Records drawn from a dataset
━━━━━━━━━━

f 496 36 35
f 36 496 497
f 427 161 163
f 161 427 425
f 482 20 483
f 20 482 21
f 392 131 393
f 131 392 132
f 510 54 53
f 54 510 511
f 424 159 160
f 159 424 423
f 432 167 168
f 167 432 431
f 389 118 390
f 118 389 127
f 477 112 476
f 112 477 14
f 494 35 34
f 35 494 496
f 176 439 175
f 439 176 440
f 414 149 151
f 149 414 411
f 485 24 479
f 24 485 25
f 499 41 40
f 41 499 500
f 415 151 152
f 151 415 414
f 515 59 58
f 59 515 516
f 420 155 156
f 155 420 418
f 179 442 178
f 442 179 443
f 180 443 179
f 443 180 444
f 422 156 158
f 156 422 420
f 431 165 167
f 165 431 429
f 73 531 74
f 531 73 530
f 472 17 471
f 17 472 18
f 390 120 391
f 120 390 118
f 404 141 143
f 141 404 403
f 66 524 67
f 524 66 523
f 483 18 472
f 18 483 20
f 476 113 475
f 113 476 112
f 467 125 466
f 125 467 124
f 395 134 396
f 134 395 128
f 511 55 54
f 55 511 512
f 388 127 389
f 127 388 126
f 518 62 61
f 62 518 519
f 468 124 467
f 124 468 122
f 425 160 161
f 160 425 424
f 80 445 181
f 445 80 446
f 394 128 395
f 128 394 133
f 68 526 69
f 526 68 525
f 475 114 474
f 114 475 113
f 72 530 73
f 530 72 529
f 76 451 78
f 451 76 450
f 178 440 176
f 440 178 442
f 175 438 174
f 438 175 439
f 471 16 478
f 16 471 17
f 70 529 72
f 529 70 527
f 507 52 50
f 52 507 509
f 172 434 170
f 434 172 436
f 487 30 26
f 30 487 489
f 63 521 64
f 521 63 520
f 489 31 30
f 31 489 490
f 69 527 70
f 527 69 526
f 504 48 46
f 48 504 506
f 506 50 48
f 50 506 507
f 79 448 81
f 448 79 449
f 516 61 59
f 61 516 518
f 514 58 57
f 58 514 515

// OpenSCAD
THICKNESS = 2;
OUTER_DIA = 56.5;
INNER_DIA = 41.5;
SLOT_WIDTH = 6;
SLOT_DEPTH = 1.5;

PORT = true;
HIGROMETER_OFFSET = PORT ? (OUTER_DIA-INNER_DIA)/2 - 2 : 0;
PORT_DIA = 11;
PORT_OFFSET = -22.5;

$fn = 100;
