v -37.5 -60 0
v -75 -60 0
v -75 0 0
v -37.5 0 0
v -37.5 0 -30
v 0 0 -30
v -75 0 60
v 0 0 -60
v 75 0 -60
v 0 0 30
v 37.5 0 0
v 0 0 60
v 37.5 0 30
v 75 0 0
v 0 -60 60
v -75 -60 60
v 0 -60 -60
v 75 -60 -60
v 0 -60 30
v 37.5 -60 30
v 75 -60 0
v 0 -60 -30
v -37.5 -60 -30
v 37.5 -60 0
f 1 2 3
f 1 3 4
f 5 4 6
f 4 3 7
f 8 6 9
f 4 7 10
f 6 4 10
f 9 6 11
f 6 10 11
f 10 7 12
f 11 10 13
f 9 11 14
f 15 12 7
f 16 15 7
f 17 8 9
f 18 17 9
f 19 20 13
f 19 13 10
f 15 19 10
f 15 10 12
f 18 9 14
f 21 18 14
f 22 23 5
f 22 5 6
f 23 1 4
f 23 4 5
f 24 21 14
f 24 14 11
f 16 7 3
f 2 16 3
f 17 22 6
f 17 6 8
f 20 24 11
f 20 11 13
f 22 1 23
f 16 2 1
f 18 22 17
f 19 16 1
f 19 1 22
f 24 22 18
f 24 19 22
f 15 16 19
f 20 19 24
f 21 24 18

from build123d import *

# Parameters (mm, degrees)
F0_W     = 37.5
F0_H     = 30
F1_DEPTH = 60


with BuildPart() as f1:
    # F0 (on Front) → F1 (new body)
    with BuildSketch(Plane.XZ):
        with Locations((-18.75, -15)):
            Rectangle(F0_W, F0_H)
        with Locations((-18.75, 15)):
            Rectangle(F0_W, F0_H)
        with Locations((18.75, 15)):
            Rectangle(F0_W, F0_H)
        with Locations((18.75, -15)):
            Rectangle(F0_W, F0_H)
        Polygon((-75, 0), (-37.5, 0), (-37.5, 30), (0, 30), (0, 60), (-75, 60), align=None)
        Polygon((75, 0), (37.5, 0), (37.5, -30), (0, -30), (0, -60), (75, -60), align=None)
    extrude(amount=F1_DEPTH)


solid = f1.part
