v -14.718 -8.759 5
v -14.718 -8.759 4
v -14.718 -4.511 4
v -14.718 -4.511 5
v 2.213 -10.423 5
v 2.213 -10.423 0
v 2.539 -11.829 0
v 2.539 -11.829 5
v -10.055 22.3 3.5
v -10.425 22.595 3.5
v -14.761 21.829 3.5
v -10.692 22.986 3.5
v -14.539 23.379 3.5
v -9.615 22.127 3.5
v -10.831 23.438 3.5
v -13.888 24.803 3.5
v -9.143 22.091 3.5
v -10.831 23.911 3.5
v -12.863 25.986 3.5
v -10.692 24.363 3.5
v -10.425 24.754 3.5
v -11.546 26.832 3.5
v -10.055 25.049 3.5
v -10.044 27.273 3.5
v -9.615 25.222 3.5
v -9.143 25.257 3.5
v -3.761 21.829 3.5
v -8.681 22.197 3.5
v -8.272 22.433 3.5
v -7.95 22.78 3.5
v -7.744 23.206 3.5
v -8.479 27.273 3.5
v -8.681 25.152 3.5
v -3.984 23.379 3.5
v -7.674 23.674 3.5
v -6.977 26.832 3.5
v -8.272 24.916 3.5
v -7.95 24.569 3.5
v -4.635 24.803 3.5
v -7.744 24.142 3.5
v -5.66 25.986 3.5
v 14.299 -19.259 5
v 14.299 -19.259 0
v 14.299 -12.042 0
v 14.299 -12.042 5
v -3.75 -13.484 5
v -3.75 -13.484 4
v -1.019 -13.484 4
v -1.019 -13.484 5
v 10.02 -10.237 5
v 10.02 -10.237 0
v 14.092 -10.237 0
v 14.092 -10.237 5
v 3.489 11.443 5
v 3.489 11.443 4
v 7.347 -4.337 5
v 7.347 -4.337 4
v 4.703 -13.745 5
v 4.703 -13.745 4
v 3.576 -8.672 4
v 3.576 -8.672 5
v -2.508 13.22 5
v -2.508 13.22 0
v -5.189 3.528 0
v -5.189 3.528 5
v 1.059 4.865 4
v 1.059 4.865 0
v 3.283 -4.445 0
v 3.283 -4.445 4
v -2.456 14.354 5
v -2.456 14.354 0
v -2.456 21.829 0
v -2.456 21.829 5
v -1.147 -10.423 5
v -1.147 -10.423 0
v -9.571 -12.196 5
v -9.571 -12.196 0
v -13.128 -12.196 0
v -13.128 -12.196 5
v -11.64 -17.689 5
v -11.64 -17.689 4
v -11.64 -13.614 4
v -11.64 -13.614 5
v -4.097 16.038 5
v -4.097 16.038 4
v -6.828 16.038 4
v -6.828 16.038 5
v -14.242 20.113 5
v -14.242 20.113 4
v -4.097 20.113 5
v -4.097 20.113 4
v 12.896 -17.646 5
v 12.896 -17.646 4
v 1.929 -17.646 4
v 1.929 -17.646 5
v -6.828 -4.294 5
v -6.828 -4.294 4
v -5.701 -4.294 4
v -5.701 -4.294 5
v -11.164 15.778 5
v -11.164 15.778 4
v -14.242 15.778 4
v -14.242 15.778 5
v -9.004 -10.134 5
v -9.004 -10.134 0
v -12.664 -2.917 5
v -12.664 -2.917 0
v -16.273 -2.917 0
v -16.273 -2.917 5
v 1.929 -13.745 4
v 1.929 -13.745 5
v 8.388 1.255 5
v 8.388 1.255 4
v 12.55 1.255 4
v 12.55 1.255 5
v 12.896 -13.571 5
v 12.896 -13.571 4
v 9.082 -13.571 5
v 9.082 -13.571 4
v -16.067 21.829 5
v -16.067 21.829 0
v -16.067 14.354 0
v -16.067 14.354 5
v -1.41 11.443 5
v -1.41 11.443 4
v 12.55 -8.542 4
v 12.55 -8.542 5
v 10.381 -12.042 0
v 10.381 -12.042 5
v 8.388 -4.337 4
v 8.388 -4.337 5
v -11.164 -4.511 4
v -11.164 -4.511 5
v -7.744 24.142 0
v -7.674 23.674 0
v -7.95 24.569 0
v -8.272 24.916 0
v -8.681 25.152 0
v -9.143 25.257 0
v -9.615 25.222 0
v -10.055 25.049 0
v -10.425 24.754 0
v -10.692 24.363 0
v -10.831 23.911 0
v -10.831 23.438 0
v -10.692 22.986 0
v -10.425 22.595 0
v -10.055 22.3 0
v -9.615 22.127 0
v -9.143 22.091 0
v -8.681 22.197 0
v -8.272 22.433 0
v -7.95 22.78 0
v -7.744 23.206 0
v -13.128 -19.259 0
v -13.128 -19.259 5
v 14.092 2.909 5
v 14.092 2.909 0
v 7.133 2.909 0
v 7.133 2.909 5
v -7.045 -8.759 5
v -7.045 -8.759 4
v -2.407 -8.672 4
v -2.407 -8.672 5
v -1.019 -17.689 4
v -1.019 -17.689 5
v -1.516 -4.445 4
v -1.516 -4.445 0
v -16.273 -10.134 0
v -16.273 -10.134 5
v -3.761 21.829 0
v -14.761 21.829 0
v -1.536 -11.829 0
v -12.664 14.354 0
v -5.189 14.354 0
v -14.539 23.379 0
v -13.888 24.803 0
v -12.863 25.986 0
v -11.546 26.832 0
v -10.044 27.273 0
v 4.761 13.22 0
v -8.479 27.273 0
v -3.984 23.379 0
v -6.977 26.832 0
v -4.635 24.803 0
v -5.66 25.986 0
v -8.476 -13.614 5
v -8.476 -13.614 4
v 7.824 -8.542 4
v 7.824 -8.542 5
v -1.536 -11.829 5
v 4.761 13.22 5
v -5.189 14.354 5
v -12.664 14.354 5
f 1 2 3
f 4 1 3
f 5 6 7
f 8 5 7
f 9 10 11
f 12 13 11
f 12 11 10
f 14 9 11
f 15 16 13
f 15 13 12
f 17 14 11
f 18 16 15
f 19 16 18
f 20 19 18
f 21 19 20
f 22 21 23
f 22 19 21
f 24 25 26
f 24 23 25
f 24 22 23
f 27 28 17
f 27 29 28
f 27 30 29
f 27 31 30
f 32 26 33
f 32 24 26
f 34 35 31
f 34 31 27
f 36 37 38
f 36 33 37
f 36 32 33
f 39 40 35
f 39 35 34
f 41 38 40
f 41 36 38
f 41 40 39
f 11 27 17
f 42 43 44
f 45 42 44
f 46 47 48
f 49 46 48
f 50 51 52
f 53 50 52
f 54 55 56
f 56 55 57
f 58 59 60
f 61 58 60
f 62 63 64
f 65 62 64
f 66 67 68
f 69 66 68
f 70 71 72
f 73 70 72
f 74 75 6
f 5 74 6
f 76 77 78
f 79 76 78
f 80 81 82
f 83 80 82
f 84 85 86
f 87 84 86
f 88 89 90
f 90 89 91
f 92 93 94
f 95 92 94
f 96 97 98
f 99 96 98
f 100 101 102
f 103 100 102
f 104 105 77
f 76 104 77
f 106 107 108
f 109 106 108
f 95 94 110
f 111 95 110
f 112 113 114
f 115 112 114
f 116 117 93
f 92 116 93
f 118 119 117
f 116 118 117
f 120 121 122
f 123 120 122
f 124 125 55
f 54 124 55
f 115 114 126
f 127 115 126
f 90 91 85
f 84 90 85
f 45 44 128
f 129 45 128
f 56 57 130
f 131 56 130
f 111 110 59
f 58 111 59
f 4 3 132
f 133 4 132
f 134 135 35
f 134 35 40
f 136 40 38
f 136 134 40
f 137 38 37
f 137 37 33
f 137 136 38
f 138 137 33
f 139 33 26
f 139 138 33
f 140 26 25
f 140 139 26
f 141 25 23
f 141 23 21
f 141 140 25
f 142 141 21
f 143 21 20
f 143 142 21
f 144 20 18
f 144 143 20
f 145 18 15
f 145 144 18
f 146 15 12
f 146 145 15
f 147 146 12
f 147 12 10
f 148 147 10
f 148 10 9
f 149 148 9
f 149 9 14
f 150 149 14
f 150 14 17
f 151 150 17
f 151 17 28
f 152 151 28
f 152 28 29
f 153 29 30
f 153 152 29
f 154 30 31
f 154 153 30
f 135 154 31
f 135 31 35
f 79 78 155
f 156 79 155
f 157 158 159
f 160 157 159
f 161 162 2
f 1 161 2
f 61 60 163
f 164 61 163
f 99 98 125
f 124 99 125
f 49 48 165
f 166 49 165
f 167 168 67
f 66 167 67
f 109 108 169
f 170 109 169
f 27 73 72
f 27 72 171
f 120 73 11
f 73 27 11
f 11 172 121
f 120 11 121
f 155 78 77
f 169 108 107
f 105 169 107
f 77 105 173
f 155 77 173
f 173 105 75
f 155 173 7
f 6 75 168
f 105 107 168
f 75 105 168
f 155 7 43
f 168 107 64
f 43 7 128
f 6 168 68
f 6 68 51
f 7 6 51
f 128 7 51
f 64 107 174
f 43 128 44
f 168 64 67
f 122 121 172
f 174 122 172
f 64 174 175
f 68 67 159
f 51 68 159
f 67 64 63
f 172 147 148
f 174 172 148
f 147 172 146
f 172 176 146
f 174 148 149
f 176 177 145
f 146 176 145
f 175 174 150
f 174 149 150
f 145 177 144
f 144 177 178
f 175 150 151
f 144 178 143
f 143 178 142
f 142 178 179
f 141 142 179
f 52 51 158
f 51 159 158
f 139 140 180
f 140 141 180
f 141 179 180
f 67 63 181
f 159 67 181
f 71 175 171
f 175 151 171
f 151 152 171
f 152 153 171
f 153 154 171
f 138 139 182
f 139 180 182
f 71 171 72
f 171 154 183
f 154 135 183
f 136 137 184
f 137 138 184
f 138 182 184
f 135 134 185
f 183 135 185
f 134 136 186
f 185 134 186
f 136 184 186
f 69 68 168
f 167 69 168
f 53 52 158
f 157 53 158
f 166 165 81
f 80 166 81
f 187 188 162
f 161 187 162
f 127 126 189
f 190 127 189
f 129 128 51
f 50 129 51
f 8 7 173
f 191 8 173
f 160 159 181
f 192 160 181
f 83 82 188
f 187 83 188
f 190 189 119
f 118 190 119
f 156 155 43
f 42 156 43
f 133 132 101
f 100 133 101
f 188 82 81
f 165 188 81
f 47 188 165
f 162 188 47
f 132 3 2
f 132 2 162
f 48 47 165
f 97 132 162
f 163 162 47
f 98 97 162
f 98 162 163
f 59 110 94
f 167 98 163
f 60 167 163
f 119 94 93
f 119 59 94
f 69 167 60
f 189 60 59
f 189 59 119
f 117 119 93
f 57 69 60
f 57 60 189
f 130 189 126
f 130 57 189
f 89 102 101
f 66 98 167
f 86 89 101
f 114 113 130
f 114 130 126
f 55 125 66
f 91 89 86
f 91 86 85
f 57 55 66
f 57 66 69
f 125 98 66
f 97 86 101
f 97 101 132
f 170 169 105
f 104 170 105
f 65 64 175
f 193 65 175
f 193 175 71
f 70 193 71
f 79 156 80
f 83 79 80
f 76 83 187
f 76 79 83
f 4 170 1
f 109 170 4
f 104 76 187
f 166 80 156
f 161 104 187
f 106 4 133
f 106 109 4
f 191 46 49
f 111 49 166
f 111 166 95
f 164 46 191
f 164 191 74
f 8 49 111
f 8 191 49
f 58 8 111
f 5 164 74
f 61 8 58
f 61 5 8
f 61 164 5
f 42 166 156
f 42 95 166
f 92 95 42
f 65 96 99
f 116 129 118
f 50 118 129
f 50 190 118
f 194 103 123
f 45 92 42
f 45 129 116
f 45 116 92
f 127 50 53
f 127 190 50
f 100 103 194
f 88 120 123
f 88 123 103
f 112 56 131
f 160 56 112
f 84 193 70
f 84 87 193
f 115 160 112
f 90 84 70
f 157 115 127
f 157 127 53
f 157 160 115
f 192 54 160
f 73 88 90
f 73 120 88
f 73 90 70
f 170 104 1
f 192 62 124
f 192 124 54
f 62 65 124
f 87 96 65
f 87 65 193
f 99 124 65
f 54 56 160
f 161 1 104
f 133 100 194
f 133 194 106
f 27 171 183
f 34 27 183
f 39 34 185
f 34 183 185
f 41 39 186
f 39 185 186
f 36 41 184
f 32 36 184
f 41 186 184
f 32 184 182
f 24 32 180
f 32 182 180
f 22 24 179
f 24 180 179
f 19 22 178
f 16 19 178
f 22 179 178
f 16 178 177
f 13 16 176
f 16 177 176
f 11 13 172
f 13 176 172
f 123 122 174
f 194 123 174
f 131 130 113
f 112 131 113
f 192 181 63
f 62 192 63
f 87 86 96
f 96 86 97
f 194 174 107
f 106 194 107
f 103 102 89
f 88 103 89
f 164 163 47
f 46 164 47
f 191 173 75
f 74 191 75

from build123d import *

# Parameters (mm, degrees)
F1_DEPTH = 5
F0_R     = 1.5875
F2_DEPTH = 3.5
F3_DEPTH = 4


with BuildPart() as f1:
    # F0 (on Top) → F1 (new body)
    with BuildSketch(Plane.XY):
        Polygon((-14.761455, 21.829162), (-16.066568, 21.829162), (-16.066568, 14.353847), (-12.664012, 14.353847), (-12.664012, -2.916705), (-16.272783, -2.916705), (-16.272783, -10.13425), (-9.003686, -10.13425), (-9.570778, -12.196405), (-13.127998, -12.196405), (-13.127998, -19.259289), (14.298672, -19.259289), (14.298672, -12.041744), (10.380576, -12.041744), (10.019699, -10.237358), (14.092457, -10.237358), (14.092457, 2.908884), (7.132681, 2.908884), (4.761202, 13.219662), (-2.507896, 13.219662), (-5.188699, 3.527531), (-5.188699, 14.353848), (-2.456342, 14.353848), (-2.456342, 21.829162), (-3.761455, 21.829162), align=None)
        Polygon((-1.53564, -11.828732), (-1.14685, -10.423108), (2.212943, -10.423108), (2.539253, -11.828732), align=None, mode=Mode.SUBTRACT)
        Polygon((-14.241549, 15.777845), (-14.241549, 20.112993), (-4.097303, 20.112993), (-4.097303, 16.037954), (-6.828447, 16.037954), (-6.828447, -4.293891), (-5.701307, -4.293891), (-1.409511, 11.442697), (3.489206, 11.442697), (7.347488, -4.337242), (8.387923, -4.337242), (8.387923, 1.255099), (12.549666, 1.255099), (12.549666, -8.542337), (7.824354, -8.542337), (9.081547, -13.571107), (12.896478, -13.571107), (12.896478, -17.646147), (1.928553, -17.646147), (1.928553, -13.744514), (4.703048, -13.744514), (3.575909, -8.672391), (-2.406595, -8.672391), (-3.750491, -13.484405), (-1.019347, -13.484405), (-1.019347, -17.689498), (-11.640461, -17.689498), (-11.640461, -13.61446), (-8.475802, -13.61446), (-7.045203, -8.759094), (-14.718415, -8.759094), (-14.718415, -4.510649), (-11.163594, -4.510649), (-11.163594, 15.777845), align=None, mode=Mode.SUBTRACT)
    extrude(amount=F1_DEPTH)

    # F0 (on Top) → F2 (join)
    with BuildSketch(Plane.XY):
        with BuildLine():
            ThreePointArc((-3.761455, 21.829162), (-9.261455, 27.329162), (-14.761455, 21.829162))
            Line((-14.761455, 21.829162), (-3.761455, 21.829162))
        make_face()
        with Locations((-9.261455, 23.674398)):
            Circle(F0_R, mode=Mode.SUBTRACT)
    extrude(amount=F2_DEPTH)

    # F0 (on Top) → F3 (join)
    with BuildSketch(Plane.XY):
        Polygon((-4.097303, 20.112993), (-14.241549, 20.112993), (-14.241549, 15.777845), (-11.163594, 15.777845), (-11.163594, -4.510649), (-14.718415, -4.510649), (-14.718415, -8.759094), (-7.045203, -8.759094), (-8.475802, -13.61446), (-11.640461, -13.61446), (-11.640461, -17.689498), (-1.019347, -17.689498), (-1.019347, -13.484405), (-3.750491, -13.484405), (-2.406595, -8.672391), (3.575909, -8.672391), (4.703048, -13.744514), (1.928553, -13.744514), (1.928553, -17.646147), (12.896478, -17.646147), (12.896478, -13.571107), (9.081547, -13.571107), (7.824354, -8.542337), (12.549666, -8.542337), (12.549666, 1.255099), (8.387923, 1.255099), (8.387923, -4.337242), (7.347488, -4.337242), (3.489206, 11.442697), (-1.409511, 11.442697), (-5.701307, -4.293891), (-6.828447, -4.293891), (-6.828447, 16.037954), (-4.097303, 16.037954), align=None)
        Polygon((-1.515705, -4.444579), (1.059277, 4.864968), (3.282977, -4.444579), align=None, mode=Mode.SUBTRACT)
    extrude(amount=F3_DEPTH)


solid = f1.part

━━━━━━━━━━

**Directions**: Set down precisely the lines above between the line holding "f 124 125 55" and the line holding "f 71 171 72", inclusive, and nothing beyond them.

**The answer**:
f 124 125 55
f 54 124 55
f 115 114 126
f 127 115 126
f 90 91 85
f 84 90 85
f 45 44 128
f 129 45 128
f 56 57 130
f 131 56 130
f 111 110 59
f 58 111 59
f 4 3 132
f 133 4 132
f 134 135 35
f 134 35 40
f 136 40 38
f 136 134 40
f 137 38 37
f 137 37 33
f 137 136 38
f 138 137 33
f 139 33 26
f 139 138 33
f 140 26 25
f 140 139 26
f 141 25 23
f 141 23 21
f 141 140 25
f 142 141 21
f 143 21 20
f 143 142 21
f 144 20 18
f 144 143 20
f 145 18 15
f 145 144 18
f 146 15 12
f 146 145 15
f 147 146 12
f 147 12 10
f 148 147 10
f 148 10 9
f 149 148 9
f 149 9 14
f 150 149 14
f 150 14 17
f 151 150 17
f 151 17 28
f 152 151 28
f 152 28 29
f 153 29 30
f 153 152 29
f 154 30 31
f 154 153 30
f 135 154 31
f 135 31 35
f 79 78 155
f 156 79 155
f 157 158 159
f 160 157 159
f 161 162 2
f 1 161 2
f 61 60 163
f 164 61 163
f 99 98 125
f 124 99 125
f 49 48 165
f 166 49 165
f 167 168 67
f 66 167 67
f 109 108 169
f 170 109 169
f 27 73 72
f 27 72 171
f 120 73 11
f 73 27 11
f 11 172 121
f 120 11 121
f 155 78 77
f 169 108 107
f 105 169 107
f 77 105 173
f 155 77 173
f 173 105 75
f 155 173 7
f 6 75 168
f 105 107 168
f 75 105 168
f 155 7 43
f 168 107 64
f 43 7 128
f 6 168 68
f 6 68 51
f 7 6 51
f 128 7 51
f 64 107 174
f 43 128 44
f 168 64 67
f 122 121 172
f 174 122 172
f 64 174 175
f 68 67 159
f 51 68 159
f 67 64 63
f 172 147 148
f 174 172 148
f 147 172 146
f 172 176 146
f 174 148 149
f 176 177 145
f 146 176 145
f 175 174 150
f 174 149 150
f 145 177 144
f 144 177 178
f 175 150 151
f 144 178 143
f 143 178 142
f 142 178 179
f 141 142 179
f 52 51 158
f 51 159 158
f 139 140 180
f 140 141 180
f 141 179 180
f 67 63 181
f 159 67 181
f 71 175 171
f 175 151 171
f 151 152 171
f 152 153 171
f 153 154 171
f 138 139 182
f 139 180 182
f 71 171 72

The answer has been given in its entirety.